The adhesive for solar battery backsheet of the present invention may further contain a hindered amine compound.
The “hindered amine compound” is generally a hindered amine compound, and is not particularly limited as long as an adhesive for a solar battery backsheet intended by the present invention can be obtained.

  A commercially available hindered amine compound can be used. Examples of hindered amine compounds include Tinuvin 765, Tinuvin 111FDL, Tinuvin 123, Tinuvin 144, Tinuvin 152, Tinuvin 292, and Tinuvin 5100 (all trade names) that are commercially available from BAFS. The hindered amine compound is added to the adhesive as a light stabilizer, and can be used in combination with, for example, a benzotriazole compound, a benzoate compound, a benzotriazole compound, or the like.

The adhesive for solar battery backsheet of the present invention may further contain a silane compound.
Examples of silane compounds include (meth) acryloxyalkyltrialkoxysilanes, (meth) acryloxyalkylalkylalkoxysilanes, vinyltrialkoxysilanes, vinylalkylalkoxysilanes, epoxysilanes, mercaptosilanes, and isocyanurates. Silanes can be used, but are not limited to these silane compounds.

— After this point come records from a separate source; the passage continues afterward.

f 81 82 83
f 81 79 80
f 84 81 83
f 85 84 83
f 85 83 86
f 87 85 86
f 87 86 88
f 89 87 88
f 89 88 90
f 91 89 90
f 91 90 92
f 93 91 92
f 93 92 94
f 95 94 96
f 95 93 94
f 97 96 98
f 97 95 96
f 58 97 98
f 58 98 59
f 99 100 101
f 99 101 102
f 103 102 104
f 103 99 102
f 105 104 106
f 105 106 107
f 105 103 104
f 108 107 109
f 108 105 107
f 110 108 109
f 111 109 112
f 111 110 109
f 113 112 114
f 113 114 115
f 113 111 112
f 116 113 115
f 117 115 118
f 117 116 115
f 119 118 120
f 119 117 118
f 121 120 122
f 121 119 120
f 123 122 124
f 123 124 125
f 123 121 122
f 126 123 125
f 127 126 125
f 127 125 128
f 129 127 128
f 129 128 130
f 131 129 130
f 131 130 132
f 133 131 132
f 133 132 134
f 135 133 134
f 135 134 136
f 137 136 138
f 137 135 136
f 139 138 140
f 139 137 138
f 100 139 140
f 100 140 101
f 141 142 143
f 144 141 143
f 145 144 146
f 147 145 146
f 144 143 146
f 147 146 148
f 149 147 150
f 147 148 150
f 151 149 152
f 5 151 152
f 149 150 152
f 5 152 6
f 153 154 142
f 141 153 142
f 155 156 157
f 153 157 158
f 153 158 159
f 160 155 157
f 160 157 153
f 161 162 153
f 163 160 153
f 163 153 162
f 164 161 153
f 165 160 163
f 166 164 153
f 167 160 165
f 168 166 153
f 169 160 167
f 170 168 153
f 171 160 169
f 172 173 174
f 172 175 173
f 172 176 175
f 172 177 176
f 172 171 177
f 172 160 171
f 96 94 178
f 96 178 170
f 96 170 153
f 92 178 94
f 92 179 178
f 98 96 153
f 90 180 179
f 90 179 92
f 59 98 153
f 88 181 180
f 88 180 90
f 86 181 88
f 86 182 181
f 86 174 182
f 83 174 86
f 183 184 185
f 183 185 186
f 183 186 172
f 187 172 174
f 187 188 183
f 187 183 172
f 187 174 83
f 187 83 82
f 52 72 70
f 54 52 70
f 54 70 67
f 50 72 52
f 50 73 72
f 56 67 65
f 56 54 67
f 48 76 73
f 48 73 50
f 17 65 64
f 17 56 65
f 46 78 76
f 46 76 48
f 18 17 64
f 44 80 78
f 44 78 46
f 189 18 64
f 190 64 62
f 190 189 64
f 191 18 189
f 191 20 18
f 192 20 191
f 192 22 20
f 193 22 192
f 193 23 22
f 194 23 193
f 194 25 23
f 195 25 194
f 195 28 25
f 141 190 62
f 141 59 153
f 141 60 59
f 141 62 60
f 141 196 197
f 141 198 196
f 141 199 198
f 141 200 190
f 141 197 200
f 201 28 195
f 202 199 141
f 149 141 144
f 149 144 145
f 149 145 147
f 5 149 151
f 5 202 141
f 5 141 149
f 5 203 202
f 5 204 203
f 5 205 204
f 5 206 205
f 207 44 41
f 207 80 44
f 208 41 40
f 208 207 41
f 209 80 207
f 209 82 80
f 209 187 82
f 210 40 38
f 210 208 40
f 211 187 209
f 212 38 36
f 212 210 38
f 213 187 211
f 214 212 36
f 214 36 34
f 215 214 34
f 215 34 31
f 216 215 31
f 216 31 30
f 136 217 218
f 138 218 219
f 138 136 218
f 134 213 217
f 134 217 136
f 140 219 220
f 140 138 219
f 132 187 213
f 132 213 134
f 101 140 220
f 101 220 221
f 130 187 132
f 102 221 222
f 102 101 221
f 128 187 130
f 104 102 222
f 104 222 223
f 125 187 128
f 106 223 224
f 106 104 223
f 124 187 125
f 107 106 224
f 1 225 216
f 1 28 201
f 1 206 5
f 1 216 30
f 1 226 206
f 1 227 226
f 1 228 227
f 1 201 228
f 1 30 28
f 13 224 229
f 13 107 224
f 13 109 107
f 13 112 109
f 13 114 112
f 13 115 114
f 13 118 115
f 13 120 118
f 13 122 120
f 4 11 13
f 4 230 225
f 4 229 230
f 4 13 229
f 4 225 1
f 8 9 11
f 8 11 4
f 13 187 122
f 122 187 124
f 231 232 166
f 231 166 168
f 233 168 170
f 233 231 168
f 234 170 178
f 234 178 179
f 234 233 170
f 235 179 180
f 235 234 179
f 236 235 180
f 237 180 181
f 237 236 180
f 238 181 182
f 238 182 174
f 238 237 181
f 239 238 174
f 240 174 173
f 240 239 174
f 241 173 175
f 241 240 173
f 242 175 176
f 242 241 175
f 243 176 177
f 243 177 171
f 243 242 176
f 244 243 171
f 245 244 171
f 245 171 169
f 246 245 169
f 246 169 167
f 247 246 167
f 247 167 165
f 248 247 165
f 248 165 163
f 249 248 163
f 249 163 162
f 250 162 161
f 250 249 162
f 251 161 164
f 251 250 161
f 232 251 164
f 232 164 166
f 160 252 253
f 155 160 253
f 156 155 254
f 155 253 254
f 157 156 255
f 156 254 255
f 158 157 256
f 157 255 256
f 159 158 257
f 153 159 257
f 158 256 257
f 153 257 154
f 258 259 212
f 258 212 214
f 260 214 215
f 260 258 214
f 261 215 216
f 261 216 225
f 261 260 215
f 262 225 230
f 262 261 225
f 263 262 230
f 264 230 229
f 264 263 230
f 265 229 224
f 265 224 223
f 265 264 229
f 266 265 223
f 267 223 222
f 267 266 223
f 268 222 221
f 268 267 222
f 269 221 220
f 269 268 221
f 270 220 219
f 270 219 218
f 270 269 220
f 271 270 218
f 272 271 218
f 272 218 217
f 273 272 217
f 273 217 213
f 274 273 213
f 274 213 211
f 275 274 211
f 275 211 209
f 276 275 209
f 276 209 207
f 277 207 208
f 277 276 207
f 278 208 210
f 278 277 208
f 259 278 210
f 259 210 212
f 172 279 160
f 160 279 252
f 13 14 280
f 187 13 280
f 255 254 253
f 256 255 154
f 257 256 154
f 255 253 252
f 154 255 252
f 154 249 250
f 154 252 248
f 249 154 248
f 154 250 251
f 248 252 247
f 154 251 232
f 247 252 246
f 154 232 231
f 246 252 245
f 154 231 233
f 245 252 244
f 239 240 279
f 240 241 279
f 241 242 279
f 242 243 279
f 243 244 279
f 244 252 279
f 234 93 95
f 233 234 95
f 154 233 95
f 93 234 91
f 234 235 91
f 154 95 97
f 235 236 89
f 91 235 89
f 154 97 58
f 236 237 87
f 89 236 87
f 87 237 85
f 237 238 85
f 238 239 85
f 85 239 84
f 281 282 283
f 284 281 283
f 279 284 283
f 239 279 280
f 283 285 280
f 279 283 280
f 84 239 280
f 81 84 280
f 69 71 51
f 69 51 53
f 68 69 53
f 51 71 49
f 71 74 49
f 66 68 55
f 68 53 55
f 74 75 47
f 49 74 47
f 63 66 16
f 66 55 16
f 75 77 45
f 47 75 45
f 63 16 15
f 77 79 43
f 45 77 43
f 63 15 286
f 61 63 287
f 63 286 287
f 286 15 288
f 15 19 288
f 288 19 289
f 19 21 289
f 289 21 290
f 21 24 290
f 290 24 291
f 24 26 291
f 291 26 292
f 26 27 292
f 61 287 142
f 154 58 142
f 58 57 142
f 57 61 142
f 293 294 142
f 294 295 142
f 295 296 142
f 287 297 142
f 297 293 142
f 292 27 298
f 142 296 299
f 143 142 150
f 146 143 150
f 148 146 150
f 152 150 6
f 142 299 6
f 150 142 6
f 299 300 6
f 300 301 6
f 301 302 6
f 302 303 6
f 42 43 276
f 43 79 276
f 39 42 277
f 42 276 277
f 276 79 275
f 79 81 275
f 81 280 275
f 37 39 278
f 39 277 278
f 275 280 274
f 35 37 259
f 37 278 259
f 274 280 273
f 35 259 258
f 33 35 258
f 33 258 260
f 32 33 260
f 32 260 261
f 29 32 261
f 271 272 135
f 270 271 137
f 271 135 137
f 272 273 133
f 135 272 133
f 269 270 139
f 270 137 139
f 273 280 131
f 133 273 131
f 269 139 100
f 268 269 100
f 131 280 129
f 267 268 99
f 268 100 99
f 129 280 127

Examples of “(meth) acryloxyalkyltrialkoxysilanes” include 3- (meth) acryloxypropyltrimethoxysilane, 3- (meth) acryloxypropyltriethoxysilane, 4- (meth) acryloxyethyltrimethoxy. A silane etc. can be illustrated.
Examples of “(meth) acryloxyalkylalkylalkoxysilanes” include 3- (meth) acryloxypropylmethyldimethoxysilane, 3- (meth) acryloxypropylmethyldiethoxysilane, and 3- (meth) acryloxypropylethyl. Examples include diethoxysilane and 3- (meth) acryloxyethylmethyldimethoxysilane.

Examples of the “vinyl trialkoxysilanes” include vinyltrimethoxysilane, vinyltriethoxysilane, vinyldimethoxyethoxysilane, vinyltri (methoxyethoxy) silane, vinyltri (ethoxymethoxy) silane and the like.
Examples of “vinylalkylalkoxysilanes” include vinylmethyldimethoxysilane, vinylethyldi (methoxyethoxy) silane, vinyldimethylmethoxysilane, vinyldiethyl (methoxyethoxy) silane, and the like.

“Epoxysilanes” can be classified into, for example, glycidyl silanes and epoxycyclohexyl silanes. “Glycidyl-based silane” has a glycidoxy group. Specifically, for example, 3-glycidoxypropylmethyldiisopropenoxysilane, 3-glycidoxypropyltrimethoxysilane, 3-glycidoxypropyl Examples include triethoxysilane and 3-glycidoxypropyldiethoxysilane.
The “epoxycyclohexyl silane” has a 3,4-epoxycyclohexyl group, and specifically includes, for example, 2- (3,4-epoxycyclohexyl) ethyltrimethoxysilane, 2- (3,4-epoxy). (Cyclohexyl) ethyltriethoxysilane and the like.

Examples of “mercaptosilanes” include 3-mercaptopropyltrimethoxysilane and 3-mercaptopropyltriethoxysilane.
Examples of “isocyanurate silanes” include tris (3- (trimethoxysilyl) propyl) isocyanurate.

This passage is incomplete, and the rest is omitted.